Collected data entries
***

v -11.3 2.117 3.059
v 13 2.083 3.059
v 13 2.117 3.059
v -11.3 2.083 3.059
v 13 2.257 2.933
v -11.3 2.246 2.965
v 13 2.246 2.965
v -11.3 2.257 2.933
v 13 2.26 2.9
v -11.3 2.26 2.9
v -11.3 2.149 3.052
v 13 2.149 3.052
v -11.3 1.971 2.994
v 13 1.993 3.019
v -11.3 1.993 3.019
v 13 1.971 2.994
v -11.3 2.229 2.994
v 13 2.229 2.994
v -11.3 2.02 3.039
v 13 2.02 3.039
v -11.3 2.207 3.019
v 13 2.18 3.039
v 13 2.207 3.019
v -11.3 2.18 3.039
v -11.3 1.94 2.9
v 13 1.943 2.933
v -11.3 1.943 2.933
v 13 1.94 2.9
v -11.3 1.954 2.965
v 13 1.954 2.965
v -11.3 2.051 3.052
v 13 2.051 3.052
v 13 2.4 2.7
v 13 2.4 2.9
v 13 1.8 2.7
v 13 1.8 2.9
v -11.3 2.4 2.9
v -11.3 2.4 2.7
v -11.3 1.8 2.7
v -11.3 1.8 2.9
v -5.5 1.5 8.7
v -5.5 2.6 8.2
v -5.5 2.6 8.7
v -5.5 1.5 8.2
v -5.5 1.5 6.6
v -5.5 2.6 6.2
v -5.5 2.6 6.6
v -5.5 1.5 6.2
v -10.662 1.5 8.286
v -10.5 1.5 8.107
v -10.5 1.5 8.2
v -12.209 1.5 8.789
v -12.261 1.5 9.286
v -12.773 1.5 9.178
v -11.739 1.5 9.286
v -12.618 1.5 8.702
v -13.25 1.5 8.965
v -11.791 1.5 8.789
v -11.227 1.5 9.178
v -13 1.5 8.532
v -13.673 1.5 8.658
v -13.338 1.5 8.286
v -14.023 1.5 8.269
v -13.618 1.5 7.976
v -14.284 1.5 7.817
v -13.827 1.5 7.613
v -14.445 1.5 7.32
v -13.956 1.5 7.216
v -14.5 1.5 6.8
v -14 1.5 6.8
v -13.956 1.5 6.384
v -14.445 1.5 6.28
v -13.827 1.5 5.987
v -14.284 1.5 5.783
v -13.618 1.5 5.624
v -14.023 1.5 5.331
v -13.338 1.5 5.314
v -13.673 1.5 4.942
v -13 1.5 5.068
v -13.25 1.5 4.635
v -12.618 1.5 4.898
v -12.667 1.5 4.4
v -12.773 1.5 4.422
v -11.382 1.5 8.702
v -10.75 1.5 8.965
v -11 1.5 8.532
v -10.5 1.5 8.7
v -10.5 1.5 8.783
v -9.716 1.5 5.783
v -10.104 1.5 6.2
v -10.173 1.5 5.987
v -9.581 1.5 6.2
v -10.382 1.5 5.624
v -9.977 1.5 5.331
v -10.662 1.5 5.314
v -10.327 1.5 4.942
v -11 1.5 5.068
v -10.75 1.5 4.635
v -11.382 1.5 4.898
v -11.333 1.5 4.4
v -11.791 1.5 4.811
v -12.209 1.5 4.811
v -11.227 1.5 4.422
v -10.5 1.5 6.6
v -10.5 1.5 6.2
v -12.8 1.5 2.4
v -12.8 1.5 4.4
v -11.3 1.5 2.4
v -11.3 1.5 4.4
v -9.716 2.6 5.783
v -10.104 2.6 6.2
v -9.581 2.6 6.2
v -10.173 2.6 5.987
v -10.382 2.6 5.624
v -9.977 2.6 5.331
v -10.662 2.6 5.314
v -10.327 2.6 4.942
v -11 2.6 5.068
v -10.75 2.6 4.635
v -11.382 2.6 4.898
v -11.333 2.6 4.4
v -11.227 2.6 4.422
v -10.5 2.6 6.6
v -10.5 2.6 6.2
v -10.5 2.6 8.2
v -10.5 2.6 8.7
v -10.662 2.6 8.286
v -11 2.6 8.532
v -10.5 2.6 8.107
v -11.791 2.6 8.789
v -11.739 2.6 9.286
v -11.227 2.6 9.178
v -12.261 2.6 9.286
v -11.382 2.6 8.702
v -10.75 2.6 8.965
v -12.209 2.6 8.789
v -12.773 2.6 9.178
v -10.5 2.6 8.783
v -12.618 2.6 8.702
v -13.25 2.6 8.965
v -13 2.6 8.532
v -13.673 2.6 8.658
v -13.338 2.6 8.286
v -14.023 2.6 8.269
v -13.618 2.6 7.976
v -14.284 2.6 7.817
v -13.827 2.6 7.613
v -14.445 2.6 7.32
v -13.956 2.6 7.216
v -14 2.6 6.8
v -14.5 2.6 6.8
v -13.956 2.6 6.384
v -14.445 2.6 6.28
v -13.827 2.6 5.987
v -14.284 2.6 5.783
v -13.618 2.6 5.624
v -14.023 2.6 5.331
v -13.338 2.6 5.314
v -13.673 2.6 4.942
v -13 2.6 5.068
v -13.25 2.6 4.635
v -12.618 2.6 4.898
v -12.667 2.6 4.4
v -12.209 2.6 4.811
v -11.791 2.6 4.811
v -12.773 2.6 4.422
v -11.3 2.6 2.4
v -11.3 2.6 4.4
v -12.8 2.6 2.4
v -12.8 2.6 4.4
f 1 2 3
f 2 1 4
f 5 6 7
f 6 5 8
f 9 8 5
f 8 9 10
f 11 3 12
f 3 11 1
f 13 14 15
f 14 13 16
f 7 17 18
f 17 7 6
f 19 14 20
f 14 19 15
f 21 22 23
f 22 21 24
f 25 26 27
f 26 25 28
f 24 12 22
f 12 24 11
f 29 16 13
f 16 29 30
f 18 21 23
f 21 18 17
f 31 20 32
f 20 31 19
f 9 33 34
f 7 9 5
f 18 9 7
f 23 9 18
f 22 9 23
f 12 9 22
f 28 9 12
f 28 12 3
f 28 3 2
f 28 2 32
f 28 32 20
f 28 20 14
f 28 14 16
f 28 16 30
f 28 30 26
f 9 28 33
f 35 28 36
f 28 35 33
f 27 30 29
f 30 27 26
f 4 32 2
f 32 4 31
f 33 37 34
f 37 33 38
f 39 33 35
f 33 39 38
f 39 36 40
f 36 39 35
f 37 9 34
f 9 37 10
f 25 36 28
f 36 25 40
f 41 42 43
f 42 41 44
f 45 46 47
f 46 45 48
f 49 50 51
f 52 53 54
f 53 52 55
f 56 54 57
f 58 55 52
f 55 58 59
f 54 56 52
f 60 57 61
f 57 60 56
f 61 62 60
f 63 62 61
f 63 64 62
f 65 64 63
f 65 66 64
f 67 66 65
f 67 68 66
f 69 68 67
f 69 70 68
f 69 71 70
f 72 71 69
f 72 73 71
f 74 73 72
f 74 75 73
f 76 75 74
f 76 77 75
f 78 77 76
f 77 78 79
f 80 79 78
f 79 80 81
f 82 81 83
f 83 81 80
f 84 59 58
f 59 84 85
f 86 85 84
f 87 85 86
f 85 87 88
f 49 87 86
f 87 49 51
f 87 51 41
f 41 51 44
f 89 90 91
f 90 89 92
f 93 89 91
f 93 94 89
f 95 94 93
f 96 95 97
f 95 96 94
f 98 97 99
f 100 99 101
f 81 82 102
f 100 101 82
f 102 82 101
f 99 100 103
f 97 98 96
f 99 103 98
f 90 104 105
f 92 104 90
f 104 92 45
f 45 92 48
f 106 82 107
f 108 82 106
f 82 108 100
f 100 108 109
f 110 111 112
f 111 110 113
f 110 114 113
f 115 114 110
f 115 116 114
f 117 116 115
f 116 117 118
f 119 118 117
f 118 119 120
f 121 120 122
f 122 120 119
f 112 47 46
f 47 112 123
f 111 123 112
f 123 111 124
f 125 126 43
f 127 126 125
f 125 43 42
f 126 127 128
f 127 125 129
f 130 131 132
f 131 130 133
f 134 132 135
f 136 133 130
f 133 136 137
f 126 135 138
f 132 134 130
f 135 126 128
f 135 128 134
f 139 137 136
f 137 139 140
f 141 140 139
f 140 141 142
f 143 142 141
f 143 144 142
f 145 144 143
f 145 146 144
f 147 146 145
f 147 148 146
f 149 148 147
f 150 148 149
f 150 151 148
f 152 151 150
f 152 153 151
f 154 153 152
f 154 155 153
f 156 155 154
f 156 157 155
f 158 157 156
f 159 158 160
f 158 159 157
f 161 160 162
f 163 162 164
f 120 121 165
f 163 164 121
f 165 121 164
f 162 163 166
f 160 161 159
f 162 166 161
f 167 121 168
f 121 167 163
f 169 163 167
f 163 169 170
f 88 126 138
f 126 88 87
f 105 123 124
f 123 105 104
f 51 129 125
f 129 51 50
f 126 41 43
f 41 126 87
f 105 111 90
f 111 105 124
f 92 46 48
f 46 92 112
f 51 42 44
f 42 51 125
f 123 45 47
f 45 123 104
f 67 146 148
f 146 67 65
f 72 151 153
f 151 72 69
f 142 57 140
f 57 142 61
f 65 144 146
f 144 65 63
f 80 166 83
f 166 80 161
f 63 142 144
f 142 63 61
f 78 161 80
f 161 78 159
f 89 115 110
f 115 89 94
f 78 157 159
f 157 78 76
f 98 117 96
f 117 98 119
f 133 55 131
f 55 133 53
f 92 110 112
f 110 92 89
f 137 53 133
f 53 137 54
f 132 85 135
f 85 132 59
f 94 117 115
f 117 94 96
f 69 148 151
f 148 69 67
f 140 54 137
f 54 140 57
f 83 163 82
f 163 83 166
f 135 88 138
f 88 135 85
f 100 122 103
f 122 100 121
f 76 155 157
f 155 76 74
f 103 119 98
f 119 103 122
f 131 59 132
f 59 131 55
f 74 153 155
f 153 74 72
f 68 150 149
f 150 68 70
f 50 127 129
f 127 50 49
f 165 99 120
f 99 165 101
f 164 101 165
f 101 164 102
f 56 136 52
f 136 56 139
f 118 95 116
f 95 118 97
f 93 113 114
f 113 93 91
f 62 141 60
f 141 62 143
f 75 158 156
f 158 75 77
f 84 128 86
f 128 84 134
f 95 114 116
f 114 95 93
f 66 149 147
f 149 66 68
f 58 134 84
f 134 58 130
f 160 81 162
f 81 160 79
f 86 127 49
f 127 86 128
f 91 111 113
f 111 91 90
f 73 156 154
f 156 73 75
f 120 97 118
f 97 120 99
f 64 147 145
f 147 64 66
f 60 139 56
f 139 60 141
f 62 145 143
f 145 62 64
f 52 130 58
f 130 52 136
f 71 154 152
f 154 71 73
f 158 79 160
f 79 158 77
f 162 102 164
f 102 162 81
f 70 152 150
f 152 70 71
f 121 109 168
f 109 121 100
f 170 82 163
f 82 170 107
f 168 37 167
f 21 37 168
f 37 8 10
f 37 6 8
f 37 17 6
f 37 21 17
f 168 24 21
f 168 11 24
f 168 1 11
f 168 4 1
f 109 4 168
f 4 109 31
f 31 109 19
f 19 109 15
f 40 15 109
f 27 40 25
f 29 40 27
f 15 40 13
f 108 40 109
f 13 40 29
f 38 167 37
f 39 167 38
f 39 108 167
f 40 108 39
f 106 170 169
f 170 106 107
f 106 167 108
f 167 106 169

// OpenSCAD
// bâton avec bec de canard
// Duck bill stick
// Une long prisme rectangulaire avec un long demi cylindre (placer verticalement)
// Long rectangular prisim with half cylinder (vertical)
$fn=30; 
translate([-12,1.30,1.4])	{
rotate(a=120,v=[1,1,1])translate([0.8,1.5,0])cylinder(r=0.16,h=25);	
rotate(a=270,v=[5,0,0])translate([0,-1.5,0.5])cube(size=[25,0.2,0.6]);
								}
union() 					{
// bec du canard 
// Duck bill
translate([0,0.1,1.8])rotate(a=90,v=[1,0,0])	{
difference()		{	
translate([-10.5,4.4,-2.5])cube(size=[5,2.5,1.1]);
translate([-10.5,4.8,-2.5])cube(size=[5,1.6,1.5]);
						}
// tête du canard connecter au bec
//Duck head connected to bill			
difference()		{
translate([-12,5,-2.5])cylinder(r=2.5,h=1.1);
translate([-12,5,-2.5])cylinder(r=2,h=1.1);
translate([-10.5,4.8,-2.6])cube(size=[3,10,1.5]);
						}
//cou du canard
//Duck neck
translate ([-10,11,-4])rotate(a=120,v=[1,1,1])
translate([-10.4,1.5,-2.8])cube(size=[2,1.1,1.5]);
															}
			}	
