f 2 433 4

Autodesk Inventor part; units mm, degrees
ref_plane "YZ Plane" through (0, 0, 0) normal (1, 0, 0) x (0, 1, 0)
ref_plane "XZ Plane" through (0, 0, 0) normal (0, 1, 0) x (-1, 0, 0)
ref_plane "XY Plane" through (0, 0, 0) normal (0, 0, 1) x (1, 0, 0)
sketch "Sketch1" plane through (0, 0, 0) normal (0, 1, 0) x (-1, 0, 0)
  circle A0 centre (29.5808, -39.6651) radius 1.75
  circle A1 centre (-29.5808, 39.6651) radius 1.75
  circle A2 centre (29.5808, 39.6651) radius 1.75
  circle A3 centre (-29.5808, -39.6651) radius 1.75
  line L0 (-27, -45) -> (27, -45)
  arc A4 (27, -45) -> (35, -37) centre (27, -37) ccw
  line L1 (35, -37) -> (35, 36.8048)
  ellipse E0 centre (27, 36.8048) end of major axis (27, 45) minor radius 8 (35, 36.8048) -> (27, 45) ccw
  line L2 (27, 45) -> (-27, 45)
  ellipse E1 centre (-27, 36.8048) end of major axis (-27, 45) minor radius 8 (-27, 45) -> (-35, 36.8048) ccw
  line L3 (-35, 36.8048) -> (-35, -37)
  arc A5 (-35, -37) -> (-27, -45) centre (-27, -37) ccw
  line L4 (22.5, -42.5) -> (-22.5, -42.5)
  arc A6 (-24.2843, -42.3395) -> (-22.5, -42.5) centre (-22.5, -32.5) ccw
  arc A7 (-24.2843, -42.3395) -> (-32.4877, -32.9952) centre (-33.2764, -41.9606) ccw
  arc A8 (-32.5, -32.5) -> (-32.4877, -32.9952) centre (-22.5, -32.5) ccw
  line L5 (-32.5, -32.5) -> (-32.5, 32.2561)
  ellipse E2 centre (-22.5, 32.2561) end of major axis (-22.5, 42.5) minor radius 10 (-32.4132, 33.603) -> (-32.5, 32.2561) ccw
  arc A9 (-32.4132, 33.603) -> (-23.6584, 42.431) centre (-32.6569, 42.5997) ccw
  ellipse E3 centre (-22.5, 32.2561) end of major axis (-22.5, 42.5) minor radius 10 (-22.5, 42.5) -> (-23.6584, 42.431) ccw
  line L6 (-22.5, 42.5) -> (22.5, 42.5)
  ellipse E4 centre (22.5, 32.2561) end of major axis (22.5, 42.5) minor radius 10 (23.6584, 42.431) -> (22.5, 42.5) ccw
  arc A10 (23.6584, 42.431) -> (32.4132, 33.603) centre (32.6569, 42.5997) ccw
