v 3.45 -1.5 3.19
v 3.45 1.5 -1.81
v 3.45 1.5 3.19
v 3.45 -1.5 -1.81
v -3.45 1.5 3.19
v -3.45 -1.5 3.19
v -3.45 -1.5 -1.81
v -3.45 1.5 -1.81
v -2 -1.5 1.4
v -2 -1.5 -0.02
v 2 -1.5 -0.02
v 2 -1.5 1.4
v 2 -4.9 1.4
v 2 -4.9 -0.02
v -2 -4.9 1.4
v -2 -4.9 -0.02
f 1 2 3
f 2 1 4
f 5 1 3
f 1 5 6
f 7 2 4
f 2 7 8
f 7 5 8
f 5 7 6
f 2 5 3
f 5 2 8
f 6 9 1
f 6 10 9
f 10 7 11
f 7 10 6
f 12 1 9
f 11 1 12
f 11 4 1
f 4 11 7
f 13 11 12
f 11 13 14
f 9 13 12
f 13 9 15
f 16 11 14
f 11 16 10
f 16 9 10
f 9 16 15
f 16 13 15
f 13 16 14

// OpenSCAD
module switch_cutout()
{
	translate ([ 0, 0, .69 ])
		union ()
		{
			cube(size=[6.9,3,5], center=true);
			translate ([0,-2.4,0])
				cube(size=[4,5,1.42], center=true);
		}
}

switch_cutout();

***

*WORK INSTRUCTION:*
Beginning at the line above with "f 103 119 98" and finishing at the line with "f 134 58 130", return each line exactly and return nothing else.

*SOLUTION TO THIS TASK:*
f 103 119 98
f 119 103 122
f 131 59 132
f 59 131 55
f 74 153 155
f 153 74 72
f 68 150 149
f 150 68 70
f 50 127 129
f 127 50 49
f 165 99 120
f 99 165 101
f 164 101 165
f 101 164 102
f 56 136 52
f 136 56 139
f 118 95 116
f 95 118 97
f 93 113 114
f 113 93 91
f 62 141 60
f 141 62 143
f 75 158 156
f 158 75 77
f 84 128 86
f 128 84 134
f 95 114 116
f 114 95 93
f 66 149 147
f 149 66 68
f 58 134 84
f 134 58 130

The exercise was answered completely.